# Nutro small bites



## gshock (Sep 8, 2011)

So today after debating what kinda of food I should buy for my pup. I decided to go with a 17.5 lb bag of Nutro small bites, with the chicken and oatmeal. He seems to love it. I was going to buy ' blue buffalo' got a couple more pounds for the money.

My question is ,they say it's ok to feed him this till he's 6 months. Right now he's 3&half months old. I've heard of other owners starting to switch over to adult food around/after this age? I have this silly idea that maybe this puppy type meal is too rich? I think I should got their' large breed puppy' of food from nutro, not sure what the difference was.


----------



## Lucy Dog (Aug 10, 2008)

Puppy food as a whole is pretty much a gimmick. Most adult formulas are actually ALS (all life stages) formulas which are fine for puppies.

As long as the MAX calcium percentage is under 1.5% and the food agrees with your pup, you're good to go.

If it were me, I'd just skip the large breed puppy foods and go right to an adult formula.


----------



## gshock (Sep 8, 2011)

Lucy Dog said:


> Puppy food as a whole is pretty much a gimmick. Most adult formulas are actually ALS (all life stages) formulas which are fine for puppies.
> 
> As long as the MAX calcium percentage is under 1.5% and the food agrees with your pup, you're good to go.
> 
> If it were me, I'd just skip the large breed puppy foods and go right to an adult formula.



This is what I bought him

Puppy Food | Small Bites Chicken Meal, Rice & Oatmeal | NUTRO NATURAL CHOICE Dog Food

I don't think one I got him has calcium, I shoulda paid more attention to detail on that.

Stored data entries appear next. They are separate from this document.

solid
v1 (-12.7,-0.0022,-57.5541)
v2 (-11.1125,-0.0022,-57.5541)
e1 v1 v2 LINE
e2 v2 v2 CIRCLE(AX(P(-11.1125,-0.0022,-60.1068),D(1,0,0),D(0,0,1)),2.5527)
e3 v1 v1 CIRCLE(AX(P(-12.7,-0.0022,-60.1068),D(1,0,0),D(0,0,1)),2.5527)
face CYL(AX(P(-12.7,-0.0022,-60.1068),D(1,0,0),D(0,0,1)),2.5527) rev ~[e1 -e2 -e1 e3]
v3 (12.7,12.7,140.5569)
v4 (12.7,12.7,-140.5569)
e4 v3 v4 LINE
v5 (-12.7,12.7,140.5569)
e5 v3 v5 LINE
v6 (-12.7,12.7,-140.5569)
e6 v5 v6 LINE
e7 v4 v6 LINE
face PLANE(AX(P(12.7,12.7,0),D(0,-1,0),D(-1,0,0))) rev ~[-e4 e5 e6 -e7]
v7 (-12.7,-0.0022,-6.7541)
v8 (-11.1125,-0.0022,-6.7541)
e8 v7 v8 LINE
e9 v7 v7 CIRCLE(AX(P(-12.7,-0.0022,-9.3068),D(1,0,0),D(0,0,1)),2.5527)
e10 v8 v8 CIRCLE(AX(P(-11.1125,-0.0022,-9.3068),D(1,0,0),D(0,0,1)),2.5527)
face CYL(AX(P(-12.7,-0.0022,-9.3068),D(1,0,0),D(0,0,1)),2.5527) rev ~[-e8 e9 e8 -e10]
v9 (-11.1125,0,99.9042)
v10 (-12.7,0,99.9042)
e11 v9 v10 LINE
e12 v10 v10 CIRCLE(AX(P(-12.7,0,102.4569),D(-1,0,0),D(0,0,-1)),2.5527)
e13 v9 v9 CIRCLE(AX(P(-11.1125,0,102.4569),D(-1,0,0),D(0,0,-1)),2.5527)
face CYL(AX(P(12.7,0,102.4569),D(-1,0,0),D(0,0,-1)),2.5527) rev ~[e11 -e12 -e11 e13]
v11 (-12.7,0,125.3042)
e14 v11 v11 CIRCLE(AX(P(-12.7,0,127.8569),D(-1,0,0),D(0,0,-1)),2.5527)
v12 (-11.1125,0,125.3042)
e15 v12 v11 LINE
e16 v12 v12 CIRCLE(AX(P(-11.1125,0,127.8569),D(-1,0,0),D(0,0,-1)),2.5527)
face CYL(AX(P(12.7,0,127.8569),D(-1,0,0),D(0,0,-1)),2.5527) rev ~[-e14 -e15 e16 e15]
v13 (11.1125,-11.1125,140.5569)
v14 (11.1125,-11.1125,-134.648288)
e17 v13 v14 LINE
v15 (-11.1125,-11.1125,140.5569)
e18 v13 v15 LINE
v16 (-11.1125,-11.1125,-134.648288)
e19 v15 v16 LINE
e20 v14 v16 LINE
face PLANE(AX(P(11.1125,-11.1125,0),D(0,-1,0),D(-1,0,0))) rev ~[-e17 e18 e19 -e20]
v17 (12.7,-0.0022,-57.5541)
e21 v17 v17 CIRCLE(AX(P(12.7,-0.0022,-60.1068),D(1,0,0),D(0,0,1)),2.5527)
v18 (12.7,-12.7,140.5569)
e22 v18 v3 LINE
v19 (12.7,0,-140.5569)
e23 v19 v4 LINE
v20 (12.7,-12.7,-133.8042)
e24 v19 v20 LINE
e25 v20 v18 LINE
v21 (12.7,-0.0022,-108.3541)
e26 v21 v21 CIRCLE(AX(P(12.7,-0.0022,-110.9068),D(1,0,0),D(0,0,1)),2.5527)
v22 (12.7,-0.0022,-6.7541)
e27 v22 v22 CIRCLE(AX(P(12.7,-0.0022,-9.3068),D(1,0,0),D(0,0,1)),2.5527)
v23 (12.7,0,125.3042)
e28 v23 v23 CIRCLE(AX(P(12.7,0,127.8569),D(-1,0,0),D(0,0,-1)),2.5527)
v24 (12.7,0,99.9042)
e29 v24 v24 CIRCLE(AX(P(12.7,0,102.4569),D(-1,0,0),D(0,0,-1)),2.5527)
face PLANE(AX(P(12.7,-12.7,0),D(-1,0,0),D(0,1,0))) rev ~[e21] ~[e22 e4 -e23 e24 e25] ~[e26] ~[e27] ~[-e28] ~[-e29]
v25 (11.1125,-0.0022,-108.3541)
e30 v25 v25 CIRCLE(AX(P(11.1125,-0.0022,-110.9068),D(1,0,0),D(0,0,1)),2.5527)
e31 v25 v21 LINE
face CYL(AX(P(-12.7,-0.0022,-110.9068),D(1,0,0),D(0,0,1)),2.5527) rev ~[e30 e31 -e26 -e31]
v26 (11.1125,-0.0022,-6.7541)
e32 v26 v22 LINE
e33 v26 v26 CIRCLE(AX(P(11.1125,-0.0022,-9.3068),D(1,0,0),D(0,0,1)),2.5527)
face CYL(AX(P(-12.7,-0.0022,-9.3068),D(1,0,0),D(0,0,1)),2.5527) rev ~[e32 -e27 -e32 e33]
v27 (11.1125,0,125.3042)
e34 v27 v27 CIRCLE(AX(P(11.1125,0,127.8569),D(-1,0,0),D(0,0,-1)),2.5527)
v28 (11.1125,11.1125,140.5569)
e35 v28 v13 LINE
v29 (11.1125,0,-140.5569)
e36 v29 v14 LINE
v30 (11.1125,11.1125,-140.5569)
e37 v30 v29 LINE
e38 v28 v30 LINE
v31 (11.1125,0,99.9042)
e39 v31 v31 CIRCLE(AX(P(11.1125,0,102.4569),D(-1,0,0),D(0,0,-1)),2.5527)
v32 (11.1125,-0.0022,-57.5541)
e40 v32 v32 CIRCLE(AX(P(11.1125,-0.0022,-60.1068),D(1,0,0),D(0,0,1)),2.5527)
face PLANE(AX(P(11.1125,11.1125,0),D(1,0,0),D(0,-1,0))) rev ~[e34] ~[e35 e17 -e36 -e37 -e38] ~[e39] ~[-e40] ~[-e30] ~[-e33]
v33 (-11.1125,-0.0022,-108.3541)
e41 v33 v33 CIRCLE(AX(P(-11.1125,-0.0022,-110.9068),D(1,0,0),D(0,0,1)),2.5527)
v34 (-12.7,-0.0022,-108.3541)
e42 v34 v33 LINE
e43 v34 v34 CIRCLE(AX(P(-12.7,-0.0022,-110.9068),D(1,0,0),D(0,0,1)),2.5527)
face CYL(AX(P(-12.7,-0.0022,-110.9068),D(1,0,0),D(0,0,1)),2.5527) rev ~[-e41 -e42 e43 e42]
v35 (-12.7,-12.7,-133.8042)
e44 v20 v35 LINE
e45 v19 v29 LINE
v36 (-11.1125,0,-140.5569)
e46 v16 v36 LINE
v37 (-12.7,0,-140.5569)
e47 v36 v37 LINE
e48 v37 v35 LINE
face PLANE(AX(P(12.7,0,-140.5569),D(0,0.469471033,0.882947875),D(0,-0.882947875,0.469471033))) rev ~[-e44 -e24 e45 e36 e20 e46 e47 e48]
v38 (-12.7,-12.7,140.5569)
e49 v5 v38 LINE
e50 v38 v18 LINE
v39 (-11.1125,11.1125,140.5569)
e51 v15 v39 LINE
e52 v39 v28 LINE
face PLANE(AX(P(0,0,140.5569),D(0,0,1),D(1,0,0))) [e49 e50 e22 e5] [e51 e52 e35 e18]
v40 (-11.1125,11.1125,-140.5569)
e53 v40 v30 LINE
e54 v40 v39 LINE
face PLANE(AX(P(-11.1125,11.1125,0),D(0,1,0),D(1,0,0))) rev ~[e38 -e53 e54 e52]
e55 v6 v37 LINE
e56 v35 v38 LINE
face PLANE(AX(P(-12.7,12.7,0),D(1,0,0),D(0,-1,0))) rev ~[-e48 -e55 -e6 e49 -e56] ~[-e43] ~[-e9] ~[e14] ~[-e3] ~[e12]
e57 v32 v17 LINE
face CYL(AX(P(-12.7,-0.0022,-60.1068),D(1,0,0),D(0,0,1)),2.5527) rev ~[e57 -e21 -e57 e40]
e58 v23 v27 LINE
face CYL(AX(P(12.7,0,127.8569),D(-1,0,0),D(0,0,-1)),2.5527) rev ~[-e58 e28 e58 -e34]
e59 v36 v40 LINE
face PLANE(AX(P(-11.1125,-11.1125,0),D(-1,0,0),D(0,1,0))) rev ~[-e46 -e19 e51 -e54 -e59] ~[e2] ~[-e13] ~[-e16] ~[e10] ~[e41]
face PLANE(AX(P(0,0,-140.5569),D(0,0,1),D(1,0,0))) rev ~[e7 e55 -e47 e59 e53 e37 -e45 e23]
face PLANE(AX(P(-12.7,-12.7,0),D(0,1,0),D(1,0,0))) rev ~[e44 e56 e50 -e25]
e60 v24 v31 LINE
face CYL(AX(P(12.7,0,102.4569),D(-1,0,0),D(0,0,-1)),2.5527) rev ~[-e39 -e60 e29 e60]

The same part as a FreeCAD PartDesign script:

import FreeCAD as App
import Part
import Sketcher
from FreeCAD import Vector
Q = App.Units.Quantity

doc = App.newDocument("Part")
body = doc.addObject("PartDesign::Body", "Body")

sketch1 = body.newObject("Sketcher::SketchObject", "Sketch")
sketch1.AttachmentSupport = (doc.getObject("XY_Plane"), [""])
sketch1.MapMode = "FlatFace"
sketch1.addGeometry([
    Part.LineSegment(Vector(-12.7, 12.7, 0), Vector(-12.7, -12.7, 0)),
    Part.LineSegment(Vector(-12.7, -12.7, 0), Vector(12.7, -12.7, 0)),
    Part.LineSegment(Vector(12.7, -12.7, 0), Vector(12.7, 12.7, 0)),
    Part.LineSegment(Vector(12.7, 12.7, 0), Vector(-12.7, 12.7, 0)),
    Part.LineSegment(Vector(-11.1125, -11.1125, 0), Vector(-11.1125, 11.1125, 0)),
    Part.LineSegment(Vector(-11.1125, 11.1125, 0), Vector(11.1125, 11.1125, 0)),
    Part.LineSegment(Vector(11.1125, 11.1125, 0), Vector(11.1125, -11.1125, 0)),
    Part.LineSegment(Vector(11.1125, -11.1125, 0), Vector(-11.1125, -11.1125, 0)),
], False)
sketch1.addConstraint([
    Sketcher.Constraint("Coincident", 0, 2, 1, 1),
    Sketcher.Constraint("Coincident", 1, 2, 2, 1),
    Sketcher.Constraint("Coincident", 2, 2, 3, 1),
    Sketcher.Constraint("Coincident", 3, 2, 0, 1),
    Sketcher.Constraint("Coincident", 4, 2, 5, 1),
    Sketcher.Constraint("Coincident", 5, 2, 6, 1),
    Sketcher.Constraint("Coincident", 6, 2, 7, 1),
    Sketcher.Constraint("Coincident", 7, 2, 4, 1),
    Sketcher.Constraint("Vertical", 0),
    Sketcher.Constraint("Horizontal", 1),
    Sketcher.Constraint("Vertical", 2),
    Sketcher.Constraint("Horizontal", 3),
    Sketcher.Constraint("Vertical", 4),
    Sketcher.Constraint("Horizontal", 5),
    Sketcher.Constraint("Vertical", 6),
    Sketcher.Constraint("Horizontal", 7),
    Sketcher.Constraint("Symmetric", 0, 2, 2, 2, -1, 1),
    Sketcher.Constraint("Symmetric", 4, 2, 6, 2, -1, 1),
    Sketcher.Constraint("Equal", 3, 0),
    Sketcher.Constraint("Equal", 7, 4),
    Sketcher.Constraint("DistanceX", 1, 1, 1, 2, Q("1 in")),
    Sketcher.Constraint("DistanceX", 3, 2, 4, 2, Q("0.0625 in")),
])
pad1 = body.newObject("PartDesign::Pad", "Pad")
pad1.Profile = sketch1
pad1.Length = 281.1138
pad1.Midplane = True

sketch2 = body.newObject("Sketcher::SketchObject", "Sketch001")
sketch2.AttachmentSupport = (doc.getObject("YZ_Plane"), [""])
sketch2.MapMode = "FlatFace"
sketch2.AttachmentOffset = App.Placement(Vector(0, 0, 0.5 * 25.4), App.Rotation())
sketch2.addGeometry([
    Part.Circle(Vector(0, 127.8569, 0), Vector(0, 0, 1), 2.5527),
    Part.Circle(Vector(0, 102.4569, 0), Vector(0, 0, 1), 2.5527),
], False)
sketch2.addConstraint([
    Sketcher.Constraint("Equal", 0, 1),
    Sketcher.Constraint("PointOnObject", 0, 3, -2),
    Sketcher.Constraint("PointOnObject", 1, 3, -2),
    Sketcher.Constraint("Diameter", 0, Q("0.201 in")),
    Sketcher.Constraint("DistanceY", 1, 3, 0, 3, Q("1 in")),
    Sketcher.Constraint("DistanceY", -1, 1, 0, 3, 127.857),
])
doc.recompute()
hole = body.newObject("PartDesign::Hole", "Hole")
hole.Profile = sketch2
hole.ThreadType = "None"
hole.Diameter = Q("0.201 in")
hole.DepthType = "ThroughAll"

sketch3 = body.newObject("Sketcher::SketchObject", "Sketch002")
sketch3.AttachmentSupport = (doc.getObject("YZ_Plane"), [""])
sketch3.MapMode = "FlatFace"
sketch3.AttachmentOffset = App.Placement(Vector(0, 0, 0.5 * 25.4), App.Rotation())
sketch3.addGeometry([
    Part.LineSegment(Vector(0, -140.5569, 0), Vector(-12.7, -133.8042, 0)),
    Part.LineSegment(Vector(-12.7, -133.8042, 0), Vector(-12.7, -140.5569, 0)),
    Part.LineSegment(Vector(-12.7, -140.5569, 0), Vector(0, -140.5569, 0)),
], False)
sketch3.addConstraint([
    Sketcher.Constraint("Coincident", 0, 2, 1, 1),
    Sketcher.Constraint("Coincident", 1, 2, 2, 1),
    Sketcher.Constraint("Coincident", 2, 2, 0, 1),
    Sketcher.Constraint("Vertical", 1),
    Sketcher.Constraint("Horizontal", 2),
    Sketcher.Constraint("PointOnObject", 2, 2, -2),
    Sketcher.Constraint("DistanceX", 2, 1, 2, 2, Q("0.5 in")),
    Sketcher.Constraint("Angle", 0, Q("152 deg")),
    Sketcher.Constraint("DistanceY", 0, 2, -1, 1, 133.8042),
])
pocket1 = body.newObject("PartDesign::Pocket", "Pocket")
pocket1.Profile = sketch3
pocket1.Type = "ThroughAll"

sketch4 = body.newObject("Sketcher::SketchObject", "Sketch003")
sketch4.AttachmentSupport = (doc.getObject("YZ_Plane"), [""])
sketch4.MapMode = "FlatFace"
sketch4.AttachmentOffset = App.Placement(Vector(0, 0, -0.5 * 25.4), App.Rotation())
sketch4.addGeometry([
    Part.Circle(Vector(-0.0022, -110.9068, 0), Vector(0, 0, 1), 2.5527),
    Part.Circle(Vector(-0.0022, -60.1068, 0), Vector(0, 0, 1), 2.5527),
    Part.Circle(Vector(-0.0022, -9.3068, 0), Vector(0, 0, 1), 2.5527),
], False)
sketch4.addConstraint([
    Sketcher.Constraint("Equal", 0, 1),
    Sketcher.Constraint("Equal", 1, 2),
    Sketcher.Constraint("Vertical", 0, 3, 1, 3),
    Sketcher.Constraint("Vertical", 1, 3, 2, 3),
    Sketcher.Constraint("Diameter", 0, Q("0.201 in")),
    Sketcher.Constraint("DistanceY", 0, 3, 1, 3, Q("2 in")),
    Sketcher.Constraint("DistanceY", 1, 3, 2, 3, Q("2 in")),
    Sketcher.Constraint("DistanceY", 0, 3, -1, 1, Q("4.3664 in")),
    Sketcher.Constraint("DistanceX", 0, 3, -1, 1, 0.0022),
])
doc.recompute()
hole2 = body.newObject("PartDesign::Hole", "Hole001")
hole2.Profile = sketch4
hole2.ThreadType = "None"
hole2.Diameter = Q("0.201 in")
hole2.DepthType = "ThroughAll"
hole2.Reversed = True

doc.recompute()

I think that's the difference, would you recommend giving him calcium pills to substitute the lack of it?


----------



## Lucy Dog (Aug 10, 2008)

According to their website, they don't list calcium percentages for the small bite regular puppy that you bought, but they do list the large breed puppy max percentage at 1.5% which is find for a GSD pup.

So if you're going to feed a puppy food, at least feed the large breed puppy food. Calcium % is important for large breed puppies and you know what you're getting with the LBP formula. 

Again, if it were me, I'd just skip the large breed puppy and start on an adult formula. My guess is the adult calcium % is very similar to the LBP formula. Both should be fine for large breed puppies.


----------



## gshock (Sep 8, 2011)

Lucy Dog said:


> According to their website, they don't list calcium percentages for the small bite regular puppy that you bought, but they do list the large breed puppy max percentage at 1.5% which is find for a GSD pup.
> 
> So if you're going to feed a puppy food, at least feed the large breed puppy food. Calcium % is important for large breed puppies and you know what you're getting with the LBP formula.
> 
> Again, if it were me, I'd just skip the large breed puppy and start on an adult formula. My guess is the adult calcium % is very similar to the LBP formula. Both should be fine for large breed puppies.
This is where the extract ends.